Source records

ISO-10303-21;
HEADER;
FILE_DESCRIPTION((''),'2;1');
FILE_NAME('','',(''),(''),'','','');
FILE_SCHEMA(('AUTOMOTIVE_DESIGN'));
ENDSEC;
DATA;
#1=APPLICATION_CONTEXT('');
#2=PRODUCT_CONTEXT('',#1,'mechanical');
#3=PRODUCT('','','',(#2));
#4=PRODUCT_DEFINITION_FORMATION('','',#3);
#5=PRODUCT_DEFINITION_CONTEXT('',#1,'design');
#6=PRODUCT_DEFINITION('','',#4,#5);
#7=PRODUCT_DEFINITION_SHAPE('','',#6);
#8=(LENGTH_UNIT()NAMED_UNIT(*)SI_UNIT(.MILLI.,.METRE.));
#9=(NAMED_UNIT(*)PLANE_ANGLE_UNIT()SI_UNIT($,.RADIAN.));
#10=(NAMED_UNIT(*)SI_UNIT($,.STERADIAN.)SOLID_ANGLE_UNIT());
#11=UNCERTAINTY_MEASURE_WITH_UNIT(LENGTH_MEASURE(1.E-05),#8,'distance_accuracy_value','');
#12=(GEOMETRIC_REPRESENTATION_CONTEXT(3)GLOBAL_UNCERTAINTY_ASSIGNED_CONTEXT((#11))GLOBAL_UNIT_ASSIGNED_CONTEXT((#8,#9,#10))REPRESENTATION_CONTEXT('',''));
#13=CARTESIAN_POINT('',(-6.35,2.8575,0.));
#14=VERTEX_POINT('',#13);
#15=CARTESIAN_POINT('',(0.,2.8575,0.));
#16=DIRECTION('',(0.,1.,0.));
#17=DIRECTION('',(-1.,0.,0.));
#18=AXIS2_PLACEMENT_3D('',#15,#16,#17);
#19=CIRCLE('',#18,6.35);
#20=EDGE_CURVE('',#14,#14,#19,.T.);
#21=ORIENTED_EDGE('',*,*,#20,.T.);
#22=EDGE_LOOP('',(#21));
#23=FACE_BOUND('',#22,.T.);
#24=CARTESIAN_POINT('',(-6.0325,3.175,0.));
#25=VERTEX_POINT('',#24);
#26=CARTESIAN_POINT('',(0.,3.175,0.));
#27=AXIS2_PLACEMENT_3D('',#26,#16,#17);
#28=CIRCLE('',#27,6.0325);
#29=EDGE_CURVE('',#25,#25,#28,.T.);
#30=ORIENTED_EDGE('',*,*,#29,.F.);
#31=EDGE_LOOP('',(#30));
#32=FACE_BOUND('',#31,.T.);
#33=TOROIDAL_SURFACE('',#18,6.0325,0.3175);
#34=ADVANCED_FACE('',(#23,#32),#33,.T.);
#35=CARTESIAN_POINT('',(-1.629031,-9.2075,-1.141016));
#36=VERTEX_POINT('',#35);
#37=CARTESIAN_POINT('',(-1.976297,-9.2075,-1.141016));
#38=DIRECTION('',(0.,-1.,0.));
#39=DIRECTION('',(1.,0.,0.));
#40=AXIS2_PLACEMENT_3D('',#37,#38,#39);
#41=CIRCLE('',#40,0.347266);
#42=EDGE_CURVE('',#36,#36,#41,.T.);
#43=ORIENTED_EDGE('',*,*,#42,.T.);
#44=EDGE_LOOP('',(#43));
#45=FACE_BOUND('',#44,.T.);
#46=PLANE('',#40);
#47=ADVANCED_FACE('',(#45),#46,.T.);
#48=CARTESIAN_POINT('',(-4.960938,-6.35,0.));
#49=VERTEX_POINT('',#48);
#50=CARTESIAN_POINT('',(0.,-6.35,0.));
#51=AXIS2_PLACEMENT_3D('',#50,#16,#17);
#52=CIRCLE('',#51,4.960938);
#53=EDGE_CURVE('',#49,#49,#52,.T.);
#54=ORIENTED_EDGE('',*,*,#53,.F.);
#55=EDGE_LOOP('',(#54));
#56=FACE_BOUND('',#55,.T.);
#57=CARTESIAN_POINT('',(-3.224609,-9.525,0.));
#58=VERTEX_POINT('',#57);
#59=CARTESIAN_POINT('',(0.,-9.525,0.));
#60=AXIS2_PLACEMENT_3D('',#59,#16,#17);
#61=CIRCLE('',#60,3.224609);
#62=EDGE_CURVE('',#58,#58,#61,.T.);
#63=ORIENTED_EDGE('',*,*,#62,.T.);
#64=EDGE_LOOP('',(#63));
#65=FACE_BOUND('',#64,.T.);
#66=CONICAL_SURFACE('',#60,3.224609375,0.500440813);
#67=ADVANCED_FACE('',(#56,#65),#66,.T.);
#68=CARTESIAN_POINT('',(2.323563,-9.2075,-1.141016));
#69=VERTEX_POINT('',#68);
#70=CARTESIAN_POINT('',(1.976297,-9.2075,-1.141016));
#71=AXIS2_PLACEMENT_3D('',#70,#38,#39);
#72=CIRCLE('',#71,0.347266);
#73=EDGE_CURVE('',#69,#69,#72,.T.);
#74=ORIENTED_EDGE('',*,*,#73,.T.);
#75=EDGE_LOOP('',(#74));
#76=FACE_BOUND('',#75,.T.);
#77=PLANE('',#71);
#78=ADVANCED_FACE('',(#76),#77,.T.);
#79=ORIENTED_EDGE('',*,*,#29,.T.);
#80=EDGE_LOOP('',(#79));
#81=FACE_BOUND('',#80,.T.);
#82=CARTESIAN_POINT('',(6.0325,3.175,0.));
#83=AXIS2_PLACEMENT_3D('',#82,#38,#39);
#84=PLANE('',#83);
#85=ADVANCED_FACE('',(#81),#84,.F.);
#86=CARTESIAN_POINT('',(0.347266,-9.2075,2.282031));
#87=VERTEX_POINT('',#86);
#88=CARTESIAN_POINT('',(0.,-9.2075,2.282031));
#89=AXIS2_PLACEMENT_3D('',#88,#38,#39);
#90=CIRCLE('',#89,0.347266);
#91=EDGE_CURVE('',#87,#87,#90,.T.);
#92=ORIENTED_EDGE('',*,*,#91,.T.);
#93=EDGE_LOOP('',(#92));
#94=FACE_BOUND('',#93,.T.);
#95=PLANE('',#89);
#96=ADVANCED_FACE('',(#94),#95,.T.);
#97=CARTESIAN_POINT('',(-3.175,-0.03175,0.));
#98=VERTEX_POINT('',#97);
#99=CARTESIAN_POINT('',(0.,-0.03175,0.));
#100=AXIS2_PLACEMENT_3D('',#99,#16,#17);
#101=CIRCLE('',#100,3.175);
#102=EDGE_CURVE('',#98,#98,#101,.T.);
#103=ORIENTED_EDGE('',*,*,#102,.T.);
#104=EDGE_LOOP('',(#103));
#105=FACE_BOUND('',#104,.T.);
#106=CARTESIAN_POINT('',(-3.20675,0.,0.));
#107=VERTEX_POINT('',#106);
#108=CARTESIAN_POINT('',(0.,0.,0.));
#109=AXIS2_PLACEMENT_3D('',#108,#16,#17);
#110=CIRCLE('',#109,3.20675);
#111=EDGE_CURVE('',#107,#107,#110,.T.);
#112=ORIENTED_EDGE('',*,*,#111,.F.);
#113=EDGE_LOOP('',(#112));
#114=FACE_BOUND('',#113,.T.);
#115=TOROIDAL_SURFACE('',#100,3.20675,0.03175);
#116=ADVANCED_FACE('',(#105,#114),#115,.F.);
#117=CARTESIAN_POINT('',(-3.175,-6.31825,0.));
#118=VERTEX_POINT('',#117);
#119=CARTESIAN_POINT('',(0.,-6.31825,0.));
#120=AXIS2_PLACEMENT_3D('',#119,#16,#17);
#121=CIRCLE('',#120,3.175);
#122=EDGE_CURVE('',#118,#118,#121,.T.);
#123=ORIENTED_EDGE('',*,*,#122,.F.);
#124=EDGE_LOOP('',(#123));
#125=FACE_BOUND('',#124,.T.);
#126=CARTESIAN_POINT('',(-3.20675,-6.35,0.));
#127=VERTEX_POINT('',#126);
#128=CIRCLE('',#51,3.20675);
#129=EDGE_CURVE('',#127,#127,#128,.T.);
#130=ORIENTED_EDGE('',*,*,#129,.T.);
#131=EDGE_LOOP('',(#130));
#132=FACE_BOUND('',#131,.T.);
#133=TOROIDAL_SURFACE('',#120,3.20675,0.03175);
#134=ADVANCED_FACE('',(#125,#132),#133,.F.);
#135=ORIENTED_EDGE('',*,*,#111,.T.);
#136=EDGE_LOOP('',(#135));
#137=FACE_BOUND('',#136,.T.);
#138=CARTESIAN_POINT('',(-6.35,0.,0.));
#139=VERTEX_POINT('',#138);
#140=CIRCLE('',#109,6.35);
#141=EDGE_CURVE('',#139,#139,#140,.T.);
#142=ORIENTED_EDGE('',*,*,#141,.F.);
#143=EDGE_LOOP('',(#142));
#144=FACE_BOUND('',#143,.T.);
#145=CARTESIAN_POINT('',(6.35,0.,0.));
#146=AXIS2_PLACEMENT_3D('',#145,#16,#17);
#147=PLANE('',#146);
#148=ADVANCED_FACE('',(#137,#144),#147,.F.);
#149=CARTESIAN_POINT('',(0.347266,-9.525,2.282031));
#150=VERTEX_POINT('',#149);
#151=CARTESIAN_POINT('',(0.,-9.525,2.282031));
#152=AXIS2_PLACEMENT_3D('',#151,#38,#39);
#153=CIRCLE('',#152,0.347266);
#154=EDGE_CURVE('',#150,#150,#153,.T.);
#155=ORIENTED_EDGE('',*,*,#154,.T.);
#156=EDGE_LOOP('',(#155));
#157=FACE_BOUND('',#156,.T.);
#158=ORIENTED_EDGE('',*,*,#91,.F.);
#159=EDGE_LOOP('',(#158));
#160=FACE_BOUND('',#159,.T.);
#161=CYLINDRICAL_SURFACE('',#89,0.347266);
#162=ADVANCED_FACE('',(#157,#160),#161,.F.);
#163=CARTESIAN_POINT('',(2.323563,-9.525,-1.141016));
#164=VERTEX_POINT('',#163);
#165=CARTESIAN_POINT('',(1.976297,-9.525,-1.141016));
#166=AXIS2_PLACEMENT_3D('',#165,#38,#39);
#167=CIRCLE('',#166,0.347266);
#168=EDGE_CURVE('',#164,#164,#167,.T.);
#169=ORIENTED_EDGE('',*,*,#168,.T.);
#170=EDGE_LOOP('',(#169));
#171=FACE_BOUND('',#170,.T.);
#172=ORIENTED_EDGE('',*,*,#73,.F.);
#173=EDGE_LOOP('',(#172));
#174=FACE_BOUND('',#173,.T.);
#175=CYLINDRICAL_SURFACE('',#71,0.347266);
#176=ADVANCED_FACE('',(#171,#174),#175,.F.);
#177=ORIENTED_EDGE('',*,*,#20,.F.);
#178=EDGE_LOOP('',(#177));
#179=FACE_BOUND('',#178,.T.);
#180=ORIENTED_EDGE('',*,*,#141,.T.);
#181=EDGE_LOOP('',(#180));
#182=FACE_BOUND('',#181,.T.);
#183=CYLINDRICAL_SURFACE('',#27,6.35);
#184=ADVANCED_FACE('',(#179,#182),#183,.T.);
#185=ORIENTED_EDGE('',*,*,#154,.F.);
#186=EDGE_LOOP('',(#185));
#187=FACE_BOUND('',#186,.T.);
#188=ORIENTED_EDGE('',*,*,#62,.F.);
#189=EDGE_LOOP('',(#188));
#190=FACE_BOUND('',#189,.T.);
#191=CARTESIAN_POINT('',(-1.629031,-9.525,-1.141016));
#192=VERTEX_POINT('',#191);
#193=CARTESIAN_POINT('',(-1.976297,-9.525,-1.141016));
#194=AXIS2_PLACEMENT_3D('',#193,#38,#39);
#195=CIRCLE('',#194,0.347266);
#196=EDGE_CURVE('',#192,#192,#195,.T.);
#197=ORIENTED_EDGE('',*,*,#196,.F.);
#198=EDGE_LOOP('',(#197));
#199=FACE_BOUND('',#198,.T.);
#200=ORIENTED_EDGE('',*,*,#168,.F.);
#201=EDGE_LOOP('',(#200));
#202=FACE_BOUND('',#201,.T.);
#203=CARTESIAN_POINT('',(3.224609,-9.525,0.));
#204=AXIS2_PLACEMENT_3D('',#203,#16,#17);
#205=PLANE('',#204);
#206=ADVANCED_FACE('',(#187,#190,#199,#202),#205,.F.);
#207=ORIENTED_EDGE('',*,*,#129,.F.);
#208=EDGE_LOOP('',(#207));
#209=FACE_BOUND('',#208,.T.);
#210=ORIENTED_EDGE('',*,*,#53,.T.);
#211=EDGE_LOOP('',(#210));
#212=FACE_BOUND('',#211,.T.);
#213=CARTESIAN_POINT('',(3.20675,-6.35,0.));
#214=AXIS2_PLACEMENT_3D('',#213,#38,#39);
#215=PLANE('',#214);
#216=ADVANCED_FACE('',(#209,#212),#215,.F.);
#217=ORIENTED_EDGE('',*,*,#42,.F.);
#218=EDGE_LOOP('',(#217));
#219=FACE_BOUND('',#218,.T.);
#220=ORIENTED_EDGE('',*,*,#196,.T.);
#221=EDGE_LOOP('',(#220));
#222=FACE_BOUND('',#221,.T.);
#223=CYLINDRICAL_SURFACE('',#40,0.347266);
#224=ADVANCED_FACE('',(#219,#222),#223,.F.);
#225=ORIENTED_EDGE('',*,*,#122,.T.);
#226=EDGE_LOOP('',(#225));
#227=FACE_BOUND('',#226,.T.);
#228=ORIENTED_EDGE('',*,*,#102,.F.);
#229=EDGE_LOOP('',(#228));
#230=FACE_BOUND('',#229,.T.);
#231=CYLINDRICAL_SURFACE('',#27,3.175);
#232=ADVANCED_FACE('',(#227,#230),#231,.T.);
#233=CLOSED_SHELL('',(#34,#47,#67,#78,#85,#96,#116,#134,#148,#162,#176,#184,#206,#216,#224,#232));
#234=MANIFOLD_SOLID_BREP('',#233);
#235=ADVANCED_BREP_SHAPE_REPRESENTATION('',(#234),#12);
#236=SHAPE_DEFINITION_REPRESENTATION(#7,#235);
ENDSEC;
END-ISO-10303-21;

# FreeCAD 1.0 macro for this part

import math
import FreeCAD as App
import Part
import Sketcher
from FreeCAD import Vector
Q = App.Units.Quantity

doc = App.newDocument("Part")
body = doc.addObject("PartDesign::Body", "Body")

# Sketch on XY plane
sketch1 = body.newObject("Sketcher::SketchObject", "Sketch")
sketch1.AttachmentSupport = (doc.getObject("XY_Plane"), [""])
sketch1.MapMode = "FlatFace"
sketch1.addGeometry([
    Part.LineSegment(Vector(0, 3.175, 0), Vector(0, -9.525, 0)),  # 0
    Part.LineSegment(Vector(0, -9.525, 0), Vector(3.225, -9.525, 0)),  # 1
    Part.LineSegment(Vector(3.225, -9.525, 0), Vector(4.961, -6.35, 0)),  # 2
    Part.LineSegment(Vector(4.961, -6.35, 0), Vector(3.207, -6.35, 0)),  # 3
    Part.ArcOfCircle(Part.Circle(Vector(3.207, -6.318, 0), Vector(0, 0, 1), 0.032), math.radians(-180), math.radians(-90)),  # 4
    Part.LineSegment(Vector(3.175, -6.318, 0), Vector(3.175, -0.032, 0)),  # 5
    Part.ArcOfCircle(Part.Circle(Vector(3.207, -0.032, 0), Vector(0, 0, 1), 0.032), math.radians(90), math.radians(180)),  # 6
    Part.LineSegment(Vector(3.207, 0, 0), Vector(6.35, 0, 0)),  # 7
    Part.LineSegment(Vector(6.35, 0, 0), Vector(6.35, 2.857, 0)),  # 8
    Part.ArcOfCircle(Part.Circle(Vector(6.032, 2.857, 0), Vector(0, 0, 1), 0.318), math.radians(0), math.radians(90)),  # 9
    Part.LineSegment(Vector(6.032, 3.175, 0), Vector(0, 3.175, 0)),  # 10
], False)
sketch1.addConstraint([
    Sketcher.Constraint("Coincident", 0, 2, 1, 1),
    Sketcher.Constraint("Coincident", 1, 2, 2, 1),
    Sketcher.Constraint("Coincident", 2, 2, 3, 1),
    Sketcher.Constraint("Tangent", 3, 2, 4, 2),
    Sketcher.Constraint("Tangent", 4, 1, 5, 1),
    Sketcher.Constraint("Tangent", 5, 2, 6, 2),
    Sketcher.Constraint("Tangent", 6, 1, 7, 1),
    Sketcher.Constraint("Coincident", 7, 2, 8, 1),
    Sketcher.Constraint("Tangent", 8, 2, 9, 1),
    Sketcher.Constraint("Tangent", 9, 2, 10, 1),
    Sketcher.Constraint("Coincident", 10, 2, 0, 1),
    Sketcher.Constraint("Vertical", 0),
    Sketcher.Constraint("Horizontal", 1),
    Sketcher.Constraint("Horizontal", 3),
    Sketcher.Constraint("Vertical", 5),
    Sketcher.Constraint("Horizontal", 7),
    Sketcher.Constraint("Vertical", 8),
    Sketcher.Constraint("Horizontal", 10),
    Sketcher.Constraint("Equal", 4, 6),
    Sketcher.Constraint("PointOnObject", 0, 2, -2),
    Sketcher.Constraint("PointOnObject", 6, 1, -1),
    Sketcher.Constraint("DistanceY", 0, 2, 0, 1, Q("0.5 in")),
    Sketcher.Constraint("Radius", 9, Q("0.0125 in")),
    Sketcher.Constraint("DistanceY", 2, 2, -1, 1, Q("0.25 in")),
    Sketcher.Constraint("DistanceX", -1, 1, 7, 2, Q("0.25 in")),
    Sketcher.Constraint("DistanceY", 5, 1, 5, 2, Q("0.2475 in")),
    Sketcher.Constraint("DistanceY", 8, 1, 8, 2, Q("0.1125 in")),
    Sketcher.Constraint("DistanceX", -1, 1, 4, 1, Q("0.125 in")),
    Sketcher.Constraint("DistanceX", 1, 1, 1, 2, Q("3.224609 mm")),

WORK INSTRUCTION -> The entries above hold a line with "#175=CYLINDRICAL_SURFACE('',#71,0.347266);" and a later line with "#206=ADVANCED_FACE('',(#187,#190,#199,#202),#205,.F.);". Write out exactly those lines and all lines between, nothing more.

RESULT ->
#175=CYLINDRICAL_SURFACE('',#71,0.347266);
#176=ADVANCED_FACE('',(#171,#174),#175,.F.);
#177=ORIENTED_EDGE('',*,*,#20,.F.);
#178=EDGE_LOOP('',(#177));
#179=FACE_BOUND('',#178,.T.);
#180=ORIENTED_EDGE('',*,*,#141,.T.);
#181=EDGE_LOOP('',(#180));
#182=FACE_BOUND('',#181,.T.);
#183=CYLINDRICAL_SURFACE('',#27,6.35);
#184=ADVANCED_FACE('',(#179,#182),#183,.T.);
#185=ORIENTED_EDGE('',*,*,#154,.F.);
#186=EDGE_LOOP('',(#185));
#187=FACE_BOUND('',#186,.T.);
#188=ORIENTED_EDGE('',*,*,#62,.F.);
#189=EDGE_LOOP('',(#188));
#190=FACE_BOUND('',#189,.T.);
#191=CARTESIAN_POINT('',(-1.629031,-9.525,-1.141016));
#192=VERTEX_POINT('',#191);
#193=CARTESIAN_POINT('',(-1.976297,-9.525,-1.141016));
#194=AXIS2_PLACEMENT_3D('',#193,#38,#39);
#195=CIRCLE('',#194,0.347266);
#196=EDGE_CURVE('',#192,#192,#195,.T.);
#197=ORIENTED_EDGE('',*,*,#196,.F.);
#198=EDGE_LOOP('',(#197));
#199=FACE_BOUND('',#198,.T.);
#200=ORIENTED_EDGE('',*,*,#168,.F.);
#201=EDGE_LOOP('',(#200));
#202=FACE_BOUND('',#201,.T.);
#203=CARTESIAN_POINT('',(3.224609,-9.525,0.));
#204=AXIS2_PLACEMENT_3D('',#203,#16,#17);
#205=PLANE('',#204);
#206=ADVANCED_FACE('',(#187,#190,#199,#202),#205,.F.);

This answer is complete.